Но не об этом идет речь на ближайшие две недели, я на это время нужен в единственном качестве — как пара глаз, все равно чьих, пусть хоть моих, нужен, чтобы находиться на фабрике. И не возразишь, почему этого потребовали именно от меня, ведь все считают, что я больше всех виноват в создании этой фабрики, — наверно, так мне кажется, я взял на себя эту вину в полусне, — а кроме того, больше ходить туда некому, ведь родители, о которых, впрочем, и так говорить не приходится, как раз сейчас особенно заняты (их дело в новом ресторане, кажется, налаживается), и сегодня, например, мать даже не приходила домой обедать.

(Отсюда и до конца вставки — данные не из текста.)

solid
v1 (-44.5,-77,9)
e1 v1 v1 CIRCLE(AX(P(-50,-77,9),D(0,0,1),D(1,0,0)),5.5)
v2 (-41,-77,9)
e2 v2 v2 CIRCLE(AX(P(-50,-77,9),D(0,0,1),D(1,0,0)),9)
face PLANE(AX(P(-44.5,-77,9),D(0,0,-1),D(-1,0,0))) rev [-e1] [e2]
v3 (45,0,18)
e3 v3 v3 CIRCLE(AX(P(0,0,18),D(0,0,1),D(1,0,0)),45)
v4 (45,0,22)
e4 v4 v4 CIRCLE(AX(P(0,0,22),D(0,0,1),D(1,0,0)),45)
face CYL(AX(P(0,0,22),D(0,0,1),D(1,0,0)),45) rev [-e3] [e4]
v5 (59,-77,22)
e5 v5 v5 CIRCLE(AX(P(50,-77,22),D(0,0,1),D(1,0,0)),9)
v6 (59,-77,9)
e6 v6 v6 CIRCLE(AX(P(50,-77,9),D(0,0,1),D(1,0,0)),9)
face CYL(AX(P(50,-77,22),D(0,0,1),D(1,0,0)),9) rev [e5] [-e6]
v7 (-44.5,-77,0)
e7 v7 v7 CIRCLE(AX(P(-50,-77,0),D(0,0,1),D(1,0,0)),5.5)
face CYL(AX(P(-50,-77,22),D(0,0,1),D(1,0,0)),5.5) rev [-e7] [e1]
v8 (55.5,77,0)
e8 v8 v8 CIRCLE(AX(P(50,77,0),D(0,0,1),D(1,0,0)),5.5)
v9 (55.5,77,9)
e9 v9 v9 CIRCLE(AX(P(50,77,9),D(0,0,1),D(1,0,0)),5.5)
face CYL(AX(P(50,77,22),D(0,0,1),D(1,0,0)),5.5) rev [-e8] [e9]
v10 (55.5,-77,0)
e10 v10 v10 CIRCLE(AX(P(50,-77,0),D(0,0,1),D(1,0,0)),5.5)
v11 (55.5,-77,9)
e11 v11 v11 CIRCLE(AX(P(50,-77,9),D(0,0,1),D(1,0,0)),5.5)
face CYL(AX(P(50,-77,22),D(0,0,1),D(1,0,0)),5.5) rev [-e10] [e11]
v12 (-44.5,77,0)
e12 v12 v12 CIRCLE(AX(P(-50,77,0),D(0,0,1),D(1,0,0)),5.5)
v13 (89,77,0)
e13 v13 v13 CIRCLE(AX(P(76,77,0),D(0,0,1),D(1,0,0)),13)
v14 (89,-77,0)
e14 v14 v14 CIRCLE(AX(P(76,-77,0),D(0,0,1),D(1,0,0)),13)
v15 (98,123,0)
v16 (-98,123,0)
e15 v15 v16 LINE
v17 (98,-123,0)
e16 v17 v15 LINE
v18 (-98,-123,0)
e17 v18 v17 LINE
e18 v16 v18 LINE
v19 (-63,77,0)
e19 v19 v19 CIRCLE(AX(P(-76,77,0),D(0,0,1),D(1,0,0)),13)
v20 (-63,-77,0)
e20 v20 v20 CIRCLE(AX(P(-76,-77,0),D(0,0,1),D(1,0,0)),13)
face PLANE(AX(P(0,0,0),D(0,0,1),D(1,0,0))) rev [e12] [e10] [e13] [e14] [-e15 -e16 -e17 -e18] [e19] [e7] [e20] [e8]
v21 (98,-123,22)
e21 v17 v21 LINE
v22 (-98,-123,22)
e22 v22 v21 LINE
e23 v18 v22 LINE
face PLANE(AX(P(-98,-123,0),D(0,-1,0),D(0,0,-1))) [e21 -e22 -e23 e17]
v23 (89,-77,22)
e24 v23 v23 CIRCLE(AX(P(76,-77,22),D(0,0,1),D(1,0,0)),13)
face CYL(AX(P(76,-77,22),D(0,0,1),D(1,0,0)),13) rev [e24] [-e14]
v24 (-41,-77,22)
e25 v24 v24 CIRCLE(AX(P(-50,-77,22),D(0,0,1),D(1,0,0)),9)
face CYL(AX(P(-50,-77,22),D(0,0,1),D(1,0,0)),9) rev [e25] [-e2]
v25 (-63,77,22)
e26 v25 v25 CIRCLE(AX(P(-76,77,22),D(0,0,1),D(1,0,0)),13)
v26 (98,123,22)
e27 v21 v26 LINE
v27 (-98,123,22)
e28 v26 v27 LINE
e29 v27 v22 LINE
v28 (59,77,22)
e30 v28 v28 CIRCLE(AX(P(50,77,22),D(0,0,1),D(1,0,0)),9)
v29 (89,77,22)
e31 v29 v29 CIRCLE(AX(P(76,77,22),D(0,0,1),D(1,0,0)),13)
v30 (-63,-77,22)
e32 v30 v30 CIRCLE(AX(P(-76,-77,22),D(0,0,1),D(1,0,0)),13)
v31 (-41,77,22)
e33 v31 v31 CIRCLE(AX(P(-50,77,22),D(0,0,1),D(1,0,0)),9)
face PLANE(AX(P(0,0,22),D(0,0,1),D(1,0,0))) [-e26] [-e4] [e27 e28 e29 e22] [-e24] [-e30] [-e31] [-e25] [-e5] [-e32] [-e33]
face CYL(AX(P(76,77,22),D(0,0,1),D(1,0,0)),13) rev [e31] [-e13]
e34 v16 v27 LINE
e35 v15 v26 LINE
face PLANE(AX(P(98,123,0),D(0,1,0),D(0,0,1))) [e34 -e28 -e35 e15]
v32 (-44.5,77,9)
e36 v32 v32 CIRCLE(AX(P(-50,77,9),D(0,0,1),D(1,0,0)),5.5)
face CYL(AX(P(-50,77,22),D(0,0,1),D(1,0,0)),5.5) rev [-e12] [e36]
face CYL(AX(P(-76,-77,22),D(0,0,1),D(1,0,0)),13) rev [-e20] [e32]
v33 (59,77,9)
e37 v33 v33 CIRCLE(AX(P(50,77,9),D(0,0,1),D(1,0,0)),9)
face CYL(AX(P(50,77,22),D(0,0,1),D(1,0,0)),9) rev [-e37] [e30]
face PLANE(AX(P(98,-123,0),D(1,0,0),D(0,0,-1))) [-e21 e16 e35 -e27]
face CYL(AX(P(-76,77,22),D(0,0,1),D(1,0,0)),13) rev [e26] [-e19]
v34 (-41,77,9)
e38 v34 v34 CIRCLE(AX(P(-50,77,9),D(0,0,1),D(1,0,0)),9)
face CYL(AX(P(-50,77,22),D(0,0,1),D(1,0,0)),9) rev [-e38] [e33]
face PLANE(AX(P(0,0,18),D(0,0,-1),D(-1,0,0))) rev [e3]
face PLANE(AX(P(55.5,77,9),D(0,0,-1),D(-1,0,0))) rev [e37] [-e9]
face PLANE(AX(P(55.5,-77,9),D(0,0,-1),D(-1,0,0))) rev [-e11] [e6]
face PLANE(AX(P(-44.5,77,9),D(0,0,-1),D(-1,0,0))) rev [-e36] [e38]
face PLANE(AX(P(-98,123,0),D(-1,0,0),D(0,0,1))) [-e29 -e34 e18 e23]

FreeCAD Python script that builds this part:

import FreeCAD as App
import Part
import Sketcher

V = App.Vector
Q = App.Units.Quantity


def add_polygon(sketch, points):
    """Adds a closed chain of lines whose ends are joined by coincident constraints."""
    first, n = sketch.GeometryCount, len(points)
    for a, b in zip(points, points[1:] + points[:1]):
        sketch.addGeometry(Part.LineSegment(App.Vector(*a, 0), App.Vector(*b, 0)), False)
    for i in range(n):
        sketch.addConstraint(Sketcher.Constraint("Coincident", first + i, 2, first + (i + 1) % n, 1))

doc = App.newDocument("Part")
body = doc.addObject("PartDesign::Body", "Body")

# Sketch on XY plane
sketch1 = doc.addObject("Sketcher::SketchObject", "Sketch")
body.addObject(sketch1)
sketch1.AttachmentSupport = (doc.XY_Plane, [""])
sketch1.MapMode = "FlatFace"
sketch1.AttachmentOffset = App.Placement(V(0, 0, 22), App.Rotation())
add_polygon(sketch1, [(-98, 123), (-98, -123), (98, -123), (98, 123)])  # lines 0-3
sketch1.addConstraint([
    Sketcher.Constraint("Vertical", 0),
    Sketcher.Constraint("Horizontal", 1),
    Sketcher.Constraint("Vertical", 2),
    Sketcher.Constraint("Horizontal", 3),
    Sketcher.Constraint("Symmetric", 0, 2, 2, 2, -1, 1),
    Sketcher.Constraint("DistanceX", 1, 1, 1, 2, Q("196 mm")),
    Sketcher.Constraint("DistanceY", 0, 2, 0, 1, Q("246 mm")),
])
pad1 = doc.addObject("PartDesign::Pad", "Pad")
body.addObject(pad1)
pad1.Profile = sketch1
pad1.Length = 22
pad1.Reversed = True

# Sketch on XY plane
sketch2 = doc.addObject("Sketcher::SketchObject", "Sketch001")
body.addObject(sketch2)
sketch2.AttachmentSupport = (doc.XY_Plane, [""])
sketch2.MapMode = "FlatFace"
sketch2.AttachmentOffset = App.Placement(V(0, 0, 22), App.Rotation())
sketch2.addGeometry([
    Part.Circle(V(50, 77, 0), V(0, 0, 1), 6),
    Part.Circle(V(50, -77, 0), V(0, 0, 1), 6),
    Part.Circle(V(-50, 77, 0), V(0, 0, 1), 6),
    Part.Circle(V(-50, -77, 0), V(0, 0, 1), 6),
], False)
sketch2.addConstraint([
    Sketcher.Constraint("Equal", 0, 1),
    Sketcher.Constraint("Equal", 1, 2),
    Sketcher.Constraint("Equal", 2, 3),
    Sketcher.Constraint("Symmetric", 1, 3, 2, 3, -1, 1),
    Sketcher.Constraint("Symmetric", 0, 3, 3, 3, -1, 1),
    Sketcher.Constraint("Symmetric", 0, 3, 2, 3, -2),
    Sketcher.Constraint("Diameter", 0, Q("11 mm")),
    Sketcher.Constraint("DistanceX", -1, 1, 0, 3, Q("50 mm")),
    Sketcher.Constraint("DistanceY", -1, 1, 0, 3, Q("77 mm")),
])
doc.recompute()
hole = doc.addObject("PartDesign::Hole", "Hole")
body.addObject(hole)
hole.Profile = sketch2
hole.ThreadType = "None"
hole.Diameter = 11
hole.DepthType = "ThroughAll"
hole.HoleCutType = "Counterbore"
hole.HoleCutDiameter = 18
hole.HoleCutDepth = 13

# Sketch on XY plane
sketch3 = doc.addObject("Sketcher::SketchObject", "Sketch002")
body.addObject(sketch3)
sketch3.AttachmentSupport = (doc.XY_Plane, [""])
sketch3.MapMode = "FlatFace"
sketch3.AttachmentOffset = App.Placement(V(0, 0, 22), App.Rotation())
sketch3.addGeometry([
    Part.Circle(V(76, 77, 0), V(0, 0, 1), 13),
    Part.Circle(V(76, -77, 0), V(0, 0, 1), 13),
    Part.Circle(V(-76, -77, 0), V(0, 0, 1), 13),
    Part.Circle(V(-76, 77, 0), V(0, 0, 1), 13),
], False)
sketch3.addConstraint([
    Sketcher.Constraint("Equal", 0, 1),
    Sketcher.Constraint("Equal", 1, 2),
    Sketcher.Constraint("Equal", 2, 3),
    Sketcher.Constraint("Symmetric", 0, 3, 2, 3, -1, 1),
    Sketcher.Constraint("Symmetric", 1, 3, 3, 3, -1, 1),
    Sketcher.Constraint("Symmetric", 1, 3, 2, 3, -2),
    Sketcher.Constraint("Diameter", 0, Q("26 mm")),
    Sketcher.Constraint("DistanceX", -1, 1, 0, 3, Q("76 mm")),
    Sketcher.Constraint("DistanceY", -1, 1, 0, 3, Q("77 mm")),
])
doc.recompute()
hole2 = doc.addObject("PartDesign::Hole", "Hole001")
body.addObject(hole2)
hole2.Profile = sketch3
hole2.ThreadType = "None"
hole2.Diameter = 26
hole2.DepthType = "ThroughAll"

# Sketch on XY plane
sketch4 = doc.addObject("Sketcher::SketchObject", "Sketch003")
body.addObject(sketch4)
sketch4.AttachmentSupport = (doc.XY_Plane, [""])
sketch4.MapMode = "FlatFace"
sketch4.AttachmentOffset = App.Placement(V(0, 0, 22), App.Rotation())
sketch4.addGeometry(Part.Circle(V(0, 0, 0), V(0, 0, 1), 45), False)
sketch4.addConstraint([
    Sketcher.Constraint("Coincident", 0, 3, -1, 1),
    Sketcher.Constraint("Diameter", 0, Q("90 mm")),
])
doc.recompute()
hole3 = doc.addObject("PartDesign::Hole", "Hole002")
body.addObject(hole3)
hole3.Profile = sketch4
hole3.ThreadType = "None"
hole3.Diameter = 90
hole3.DepthType = "Dimension"
hole3.Depth = 4
hole3.DrillPoint = "Flat"

doc.recompute()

Так вот, когда сегодня вечером мать снова завела свою обычную песню и не только возложила на меня вину за огорчения и болезни отца, но добавила еще этот новый разговор насчет отъезда зятя и насчет того, что фабрика остается совсем без присмотра, и даже моя младшая сестра, которая обычно меня поддерживает, с чувством, которое в последнее время передалось от меня к ней, проявив чудовищное непонимание, покинула меня и стала на сторону матери, все мое тело вдруг пронзила горечь — не знаю, была ли это просто желчь, — я с абсолютной ясностью увидел, что для меня теперь существуют только две возможности: либо выброситься из окна, когда все уйдут спать, либо ближайшие две недели ежедневно ходить на фабрику и в контору зятя. Первое позволяло мне избавиться от всякой ответственности как за отложенную работу, так и за покинутую фабрику, второе, безусловно, не позволило бы мне писать — нельзя же просто стереть с глаз сон четырнадцати ночей — и сулит мне, если хватит силы воли и надежды, перспективу через четырнадцать дней начать с того места, на котором я сегодня прервал.

Так что из окна я не бросился, и даже соблазн сделать это письмо прощальным (я пишу его с другой мыслью) оказался не очень силен. Я долго стоял у окна, прижавшись к стеклу, и думал порой, что хорошо бы испугать своим падением сборщиков пошлин на мосту. Но я все время чувствовал себя слишком прочно, чтобы меня действительно потянуло броситься из окна и разбиться о мостовую. Мне кажется также, что в случае продолжения жизни мое писание прервется — даже если говорить только, только о перерыве — меньше, чем в случае смерти, и что за эти две недели между началом романа и его продолжением я где-нибудь, именно на фабрике, именно наперекор моим удовлетворенным родителям, продвинусь в глубь своего романа и вообще там буду жить.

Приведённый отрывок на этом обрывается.